Kleist agrees that self-consciousness ruins grace. He relates a story about a graceful young man. Once he tried imitating the statue, Boy with Thorn.

But he only succeeded at making a comical fool of himself.

I laughed [...] He blushed. He lifted his foot a second time, to show me, but the effort was a failure, as anybody could have foreseen. He tried it again a third time, a fourth time, he must have lifted his foot ten times, but it was in vain. [...] The movements he made were so comical that I was hard put to it not to laugh.

From that day, from that very moment, an extraordinary change came over this boy. [...] An invisible and incomprehensible power seemed to settle like a steel net over the free play of his gestures. A year later nothing remained of the lovely grace.

The dancer relates a similar story. He visited Russian noblemen. The sons were expert fencers, especially the eldest one. This young nobleman challenged his guest to a match. But the dancer’s finesse allowed him to outmaneuver the trained fighter. This frustrated the son, but he had a surprise for the dancer.

he said, half in anger and half in jest, that he had met his master but that there is a master for everyone and everything – and now he proposed to lead me to mine.
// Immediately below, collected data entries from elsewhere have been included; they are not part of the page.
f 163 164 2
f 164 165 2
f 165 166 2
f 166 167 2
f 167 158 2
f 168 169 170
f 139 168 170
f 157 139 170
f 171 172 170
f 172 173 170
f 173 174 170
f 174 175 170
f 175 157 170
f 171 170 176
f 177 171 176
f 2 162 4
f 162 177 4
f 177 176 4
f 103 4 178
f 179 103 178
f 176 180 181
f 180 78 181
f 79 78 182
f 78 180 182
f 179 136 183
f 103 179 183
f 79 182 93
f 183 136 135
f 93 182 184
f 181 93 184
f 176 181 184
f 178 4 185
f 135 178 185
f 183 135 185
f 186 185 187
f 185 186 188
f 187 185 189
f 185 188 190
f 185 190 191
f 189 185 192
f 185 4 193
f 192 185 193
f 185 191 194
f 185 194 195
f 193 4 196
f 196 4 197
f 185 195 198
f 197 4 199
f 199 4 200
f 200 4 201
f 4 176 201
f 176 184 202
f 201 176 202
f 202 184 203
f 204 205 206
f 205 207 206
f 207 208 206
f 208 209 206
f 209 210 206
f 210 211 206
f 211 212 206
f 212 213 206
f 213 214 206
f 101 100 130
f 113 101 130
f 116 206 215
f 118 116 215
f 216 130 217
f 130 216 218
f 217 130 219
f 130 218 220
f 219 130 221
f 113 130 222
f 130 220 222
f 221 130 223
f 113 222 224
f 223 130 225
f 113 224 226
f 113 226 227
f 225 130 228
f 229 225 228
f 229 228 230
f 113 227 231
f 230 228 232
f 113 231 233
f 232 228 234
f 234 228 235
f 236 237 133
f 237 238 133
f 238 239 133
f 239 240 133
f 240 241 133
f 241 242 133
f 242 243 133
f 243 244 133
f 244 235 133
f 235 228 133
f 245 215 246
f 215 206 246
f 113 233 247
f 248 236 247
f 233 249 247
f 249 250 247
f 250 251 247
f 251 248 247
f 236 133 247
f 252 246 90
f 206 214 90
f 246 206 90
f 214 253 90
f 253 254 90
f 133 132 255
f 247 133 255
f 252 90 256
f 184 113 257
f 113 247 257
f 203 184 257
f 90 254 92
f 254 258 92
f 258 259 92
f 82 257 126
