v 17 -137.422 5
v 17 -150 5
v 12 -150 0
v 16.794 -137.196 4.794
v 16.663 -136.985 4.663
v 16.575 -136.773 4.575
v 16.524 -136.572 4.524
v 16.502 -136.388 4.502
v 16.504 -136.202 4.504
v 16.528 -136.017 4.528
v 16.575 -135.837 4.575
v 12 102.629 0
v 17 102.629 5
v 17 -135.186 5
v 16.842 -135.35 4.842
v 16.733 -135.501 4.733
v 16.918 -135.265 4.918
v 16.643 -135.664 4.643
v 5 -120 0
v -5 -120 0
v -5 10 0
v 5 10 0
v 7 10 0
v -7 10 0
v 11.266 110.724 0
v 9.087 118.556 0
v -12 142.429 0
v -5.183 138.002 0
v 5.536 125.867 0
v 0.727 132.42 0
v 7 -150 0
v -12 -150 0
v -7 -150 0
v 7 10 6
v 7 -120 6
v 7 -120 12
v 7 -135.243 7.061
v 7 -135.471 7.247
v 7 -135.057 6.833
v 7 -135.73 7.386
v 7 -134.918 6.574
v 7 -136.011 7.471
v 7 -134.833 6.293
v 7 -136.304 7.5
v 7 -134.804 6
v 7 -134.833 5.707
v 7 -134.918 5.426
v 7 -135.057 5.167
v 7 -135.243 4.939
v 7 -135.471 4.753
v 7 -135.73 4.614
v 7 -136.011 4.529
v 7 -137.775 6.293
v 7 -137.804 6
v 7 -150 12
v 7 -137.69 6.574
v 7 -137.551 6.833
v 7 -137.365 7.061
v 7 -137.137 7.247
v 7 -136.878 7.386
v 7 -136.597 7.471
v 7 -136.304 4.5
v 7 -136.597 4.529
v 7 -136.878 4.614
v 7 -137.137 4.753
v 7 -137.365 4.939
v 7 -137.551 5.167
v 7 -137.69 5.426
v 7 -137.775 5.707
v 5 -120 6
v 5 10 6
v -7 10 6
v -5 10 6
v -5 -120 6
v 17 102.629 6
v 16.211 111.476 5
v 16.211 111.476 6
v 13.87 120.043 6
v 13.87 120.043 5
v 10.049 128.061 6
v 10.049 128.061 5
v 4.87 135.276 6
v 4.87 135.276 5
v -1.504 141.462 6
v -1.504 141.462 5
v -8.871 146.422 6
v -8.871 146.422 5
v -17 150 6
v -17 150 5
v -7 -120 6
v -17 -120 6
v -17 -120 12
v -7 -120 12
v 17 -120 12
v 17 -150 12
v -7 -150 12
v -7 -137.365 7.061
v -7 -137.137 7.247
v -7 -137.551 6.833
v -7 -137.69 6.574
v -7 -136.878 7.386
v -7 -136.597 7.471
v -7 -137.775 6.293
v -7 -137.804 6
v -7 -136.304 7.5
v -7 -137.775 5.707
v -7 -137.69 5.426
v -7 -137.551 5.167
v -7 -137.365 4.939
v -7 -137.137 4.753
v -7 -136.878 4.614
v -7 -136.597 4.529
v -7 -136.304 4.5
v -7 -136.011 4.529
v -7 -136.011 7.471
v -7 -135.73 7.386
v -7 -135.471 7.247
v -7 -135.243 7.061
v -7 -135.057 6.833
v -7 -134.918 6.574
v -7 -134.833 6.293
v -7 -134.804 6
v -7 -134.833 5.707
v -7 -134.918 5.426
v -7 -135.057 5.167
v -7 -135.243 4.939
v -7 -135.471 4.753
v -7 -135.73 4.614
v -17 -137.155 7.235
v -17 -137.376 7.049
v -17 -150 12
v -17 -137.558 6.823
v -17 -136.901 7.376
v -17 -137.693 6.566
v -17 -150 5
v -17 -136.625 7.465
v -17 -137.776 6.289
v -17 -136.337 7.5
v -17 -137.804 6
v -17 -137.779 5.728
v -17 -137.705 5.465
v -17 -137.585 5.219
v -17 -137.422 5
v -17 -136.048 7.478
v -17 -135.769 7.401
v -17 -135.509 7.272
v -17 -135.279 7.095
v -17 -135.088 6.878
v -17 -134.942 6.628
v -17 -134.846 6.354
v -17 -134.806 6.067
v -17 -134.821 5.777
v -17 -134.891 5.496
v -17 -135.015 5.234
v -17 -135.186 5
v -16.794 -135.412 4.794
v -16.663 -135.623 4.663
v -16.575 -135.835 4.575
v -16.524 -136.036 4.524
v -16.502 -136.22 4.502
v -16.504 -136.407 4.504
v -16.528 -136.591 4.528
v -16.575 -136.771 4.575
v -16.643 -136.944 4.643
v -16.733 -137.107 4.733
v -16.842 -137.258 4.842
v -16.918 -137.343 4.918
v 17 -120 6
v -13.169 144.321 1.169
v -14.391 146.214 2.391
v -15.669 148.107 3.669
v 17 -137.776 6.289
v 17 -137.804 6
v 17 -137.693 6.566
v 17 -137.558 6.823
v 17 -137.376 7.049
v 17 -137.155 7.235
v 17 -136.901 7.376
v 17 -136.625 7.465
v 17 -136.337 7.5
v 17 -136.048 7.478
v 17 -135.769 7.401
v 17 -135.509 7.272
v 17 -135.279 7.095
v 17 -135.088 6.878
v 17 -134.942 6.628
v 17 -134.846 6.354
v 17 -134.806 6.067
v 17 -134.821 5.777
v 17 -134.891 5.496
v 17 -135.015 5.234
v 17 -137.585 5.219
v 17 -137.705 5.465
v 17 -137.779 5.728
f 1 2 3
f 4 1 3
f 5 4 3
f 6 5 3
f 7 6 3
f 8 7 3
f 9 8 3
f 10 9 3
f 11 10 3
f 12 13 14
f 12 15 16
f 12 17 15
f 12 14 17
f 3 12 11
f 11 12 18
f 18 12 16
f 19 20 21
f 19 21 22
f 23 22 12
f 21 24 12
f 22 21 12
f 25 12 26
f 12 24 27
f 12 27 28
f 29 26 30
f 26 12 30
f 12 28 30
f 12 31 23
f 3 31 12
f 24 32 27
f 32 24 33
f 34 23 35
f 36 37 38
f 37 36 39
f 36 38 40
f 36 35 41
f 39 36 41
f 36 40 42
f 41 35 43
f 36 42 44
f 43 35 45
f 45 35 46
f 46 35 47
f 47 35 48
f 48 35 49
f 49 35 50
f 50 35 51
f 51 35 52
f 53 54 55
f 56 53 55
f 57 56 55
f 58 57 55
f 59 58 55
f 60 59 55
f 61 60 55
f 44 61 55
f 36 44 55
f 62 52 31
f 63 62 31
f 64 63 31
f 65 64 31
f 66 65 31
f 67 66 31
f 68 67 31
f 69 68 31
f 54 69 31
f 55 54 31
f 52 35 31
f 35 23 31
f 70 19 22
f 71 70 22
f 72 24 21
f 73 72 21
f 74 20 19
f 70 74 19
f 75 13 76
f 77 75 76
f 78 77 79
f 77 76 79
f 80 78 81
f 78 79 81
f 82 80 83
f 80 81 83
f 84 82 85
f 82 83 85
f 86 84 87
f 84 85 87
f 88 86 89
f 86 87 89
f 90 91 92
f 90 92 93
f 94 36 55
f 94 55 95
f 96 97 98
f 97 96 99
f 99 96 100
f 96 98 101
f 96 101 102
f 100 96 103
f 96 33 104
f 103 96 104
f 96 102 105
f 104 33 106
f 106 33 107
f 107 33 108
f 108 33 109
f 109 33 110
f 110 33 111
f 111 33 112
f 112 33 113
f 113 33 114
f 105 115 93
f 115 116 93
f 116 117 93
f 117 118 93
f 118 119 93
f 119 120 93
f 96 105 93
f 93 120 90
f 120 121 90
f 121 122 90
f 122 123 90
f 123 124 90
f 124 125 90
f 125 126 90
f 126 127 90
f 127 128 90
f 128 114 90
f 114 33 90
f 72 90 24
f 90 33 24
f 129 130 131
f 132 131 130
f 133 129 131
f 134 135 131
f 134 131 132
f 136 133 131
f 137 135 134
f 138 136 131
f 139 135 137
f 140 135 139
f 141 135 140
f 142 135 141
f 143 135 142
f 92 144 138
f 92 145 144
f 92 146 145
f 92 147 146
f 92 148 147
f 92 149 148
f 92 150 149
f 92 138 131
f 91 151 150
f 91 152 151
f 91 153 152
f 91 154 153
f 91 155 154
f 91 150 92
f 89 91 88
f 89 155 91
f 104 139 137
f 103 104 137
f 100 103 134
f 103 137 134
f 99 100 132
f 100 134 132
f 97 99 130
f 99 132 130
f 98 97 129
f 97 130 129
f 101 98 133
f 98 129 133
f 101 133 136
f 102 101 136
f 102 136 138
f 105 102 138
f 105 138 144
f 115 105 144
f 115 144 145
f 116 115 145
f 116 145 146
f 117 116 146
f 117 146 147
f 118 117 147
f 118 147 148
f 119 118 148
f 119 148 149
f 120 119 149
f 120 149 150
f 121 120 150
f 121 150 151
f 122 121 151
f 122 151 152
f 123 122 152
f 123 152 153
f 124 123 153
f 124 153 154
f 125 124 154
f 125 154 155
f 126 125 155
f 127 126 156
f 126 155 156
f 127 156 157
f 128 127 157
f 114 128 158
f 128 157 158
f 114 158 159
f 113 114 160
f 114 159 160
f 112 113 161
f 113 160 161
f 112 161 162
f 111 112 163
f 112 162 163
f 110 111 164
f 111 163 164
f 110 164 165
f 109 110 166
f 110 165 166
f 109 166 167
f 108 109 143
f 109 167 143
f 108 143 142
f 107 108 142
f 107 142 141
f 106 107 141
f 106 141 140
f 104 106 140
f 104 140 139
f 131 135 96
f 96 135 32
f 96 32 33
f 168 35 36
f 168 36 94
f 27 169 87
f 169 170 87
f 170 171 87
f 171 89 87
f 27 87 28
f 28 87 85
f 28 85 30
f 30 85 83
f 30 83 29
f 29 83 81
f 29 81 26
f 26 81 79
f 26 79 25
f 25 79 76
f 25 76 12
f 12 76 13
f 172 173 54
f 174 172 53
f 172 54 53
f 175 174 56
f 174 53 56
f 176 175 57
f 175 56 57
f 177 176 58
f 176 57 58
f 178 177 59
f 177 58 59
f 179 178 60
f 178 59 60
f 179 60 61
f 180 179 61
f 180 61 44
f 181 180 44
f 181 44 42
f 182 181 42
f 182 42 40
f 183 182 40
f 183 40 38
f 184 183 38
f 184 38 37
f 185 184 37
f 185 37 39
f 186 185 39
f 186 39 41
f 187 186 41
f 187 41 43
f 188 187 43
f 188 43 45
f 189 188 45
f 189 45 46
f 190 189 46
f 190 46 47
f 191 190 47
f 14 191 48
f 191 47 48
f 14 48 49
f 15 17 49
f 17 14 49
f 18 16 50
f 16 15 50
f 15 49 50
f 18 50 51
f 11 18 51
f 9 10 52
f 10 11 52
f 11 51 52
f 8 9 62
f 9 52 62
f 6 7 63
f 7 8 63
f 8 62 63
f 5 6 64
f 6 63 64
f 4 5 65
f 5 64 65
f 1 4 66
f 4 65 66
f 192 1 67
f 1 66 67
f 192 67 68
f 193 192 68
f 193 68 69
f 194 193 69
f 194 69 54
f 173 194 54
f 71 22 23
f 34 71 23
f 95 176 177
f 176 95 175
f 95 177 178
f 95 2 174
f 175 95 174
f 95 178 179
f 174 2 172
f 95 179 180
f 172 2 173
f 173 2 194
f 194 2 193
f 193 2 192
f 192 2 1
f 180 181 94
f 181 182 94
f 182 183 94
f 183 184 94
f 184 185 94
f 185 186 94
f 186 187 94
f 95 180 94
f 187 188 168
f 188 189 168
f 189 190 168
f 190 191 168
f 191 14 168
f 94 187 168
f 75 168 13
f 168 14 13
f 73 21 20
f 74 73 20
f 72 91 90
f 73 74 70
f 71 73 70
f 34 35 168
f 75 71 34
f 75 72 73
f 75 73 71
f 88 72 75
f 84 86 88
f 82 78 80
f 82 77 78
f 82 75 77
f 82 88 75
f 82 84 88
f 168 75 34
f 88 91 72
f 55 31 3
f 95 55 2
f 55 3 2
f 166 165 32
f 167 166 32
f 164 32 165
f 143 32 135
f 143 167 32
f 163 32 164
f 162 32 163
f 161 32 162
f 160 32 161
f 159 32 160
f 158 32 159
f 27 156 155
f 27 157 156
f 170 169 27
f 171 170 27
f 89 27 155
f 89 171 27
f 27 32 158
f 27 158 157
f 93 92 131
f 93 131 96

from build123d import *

# Parameters (mm, degrees)
F1_DEPTH    = 6
F2_W        = 10
F2_H        = 30
F3_DEPTH    = 6
F4_R        = 1.5
F5_DEPTH    = 34.001
F6_T1_DEPTH = 242.8543856465
F7_T1_DEPTH = 325.7168298797
F7_T3_DEPTH = 265.4875378105
F7_T6_ANGLE = 86.0754516161


# Not quite as in the source:
# - a fillet or chamfer that OpenCascade refuses, or shapes differently, is made with other operations: its cross-section is extruded or revolved along the edge and cut away or added


with BuildPart() as f1:
    # F0 (on Top) → F1 (new body)
    with BuildSketch(Plane.XY):
        Polygon((7, -150), (17, -150), (17, 150), (-17, 150), (-17, -150), (-7, -150), (-7, 10), (-5, 10), (-5, -120), (5, -120), (5, 10), (7, 10), align=None)
    extrude(amount=F1_DEPTH)

    # F2 (on face) → F3 (join)
    with BuildSketch(Plane.XY.offset(6)):
        with Locations((-12, -135)):
            Rectangle(F2_W, F2_H)
        with Locations((12, -135)):
            Rectangle(F2_W, F2_H)
    extrude(amount=F3_DEPTH)

    # F4 (on face) → F5 (cut, through all)
    with BuildSketch(Plane(origin=(-17, 0, 0), x_dir=(0, -1, 0), z_dir=(-1, 0, 0))):
        with Locations((136.3040655851, 6)):
            Circle(F4_R)
    extrude(amount=-F5_DEPTH, mode=Mode.SUBTRACT)

    # F6: fillet of radius 50 on 1 edges, made by hand

    # F6_s2 → F6_t1 (cut)
    with BuildSketch(Plane.XY.offset(-118.4271928233)):
        with BuildLine():
            ThreePointArc((17, 102.6291228707), (7.6201920232, 131.7838823449), (-17, 150))
            Line((-17, 150), (17, 150))
            Line((17, 150), (17, 102.6291228707))
        make_face()
    extrude(amount=F6_T1_DEPTH, mode=Mode.SUBTRACT)

    # F7: chamfer of 5 on 3 edges, made by hand

    # F7_s2 → F7_t1 (cut)
    with BuildSketch(Plane.XZ.offset(-162.8584149398)):
        Polygon((-12, 0), (-17, 5), (-17, 0), align=None)
    extrude(amount=F7_T1_DEPTH, mode=Mode.SUBTRACT)

    # F7_s4 → F7_t3 (cut)
    with BuildSketch(Plane.XZ.offset(-102.6291228707)):
        Polygon((17, 5), (12, 0), (17, 0), align=None)
    extrude(amount=F7_T3_DEPTH, mode=Mode.SUBTRACT)

    # F7_s5 → F7_t6 (revolve, cut)
    with BuildSketch(Plane(origin=(-39.8531616504, 2.7340709455, 0), x_dir=(0, 0, 1), z_dir=(-0.9976550461, 0.0684427424, 0))):
        Polygon((0, 145.1298518112), (5, 150.1298518112), (0, 150.1298518112), align=None)
    revolve(axis=Axis((-33, 102.6291228707, 0), (0, 0, -1)), revolution_arc=F7_T6_ANGLE, mode=Mode.SUBTRACT)


solid = f1.part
He takes the dancer to a shed. In it is a bear who is undergoing some sort of training.

I was astounded to see the bear standing upright on his hind legs, his back against the post to which he was chained, his right paw raised ready for battle. He looked me straight in the eye. This was his fighting posture.

They give the dancer a rapier and tell him to attack the bear. The dancer lunges with all his skill and finesse. The bear, almost like a statue, merely flicks his paw slightly to deflect the attack, as though it required no effort at all. The dancer even tries making fake attacks to throw-off the bear. But the beast could easily discern the true attacks from the false ones.

In one sense, it seems the bear is acting purely on its nature. It’s not likely he was trained to fence. But on the other hand, the dancer portrays him as having intense awareness and concentration. Yet his focus is so profound that it seems he need not pay any attention at all.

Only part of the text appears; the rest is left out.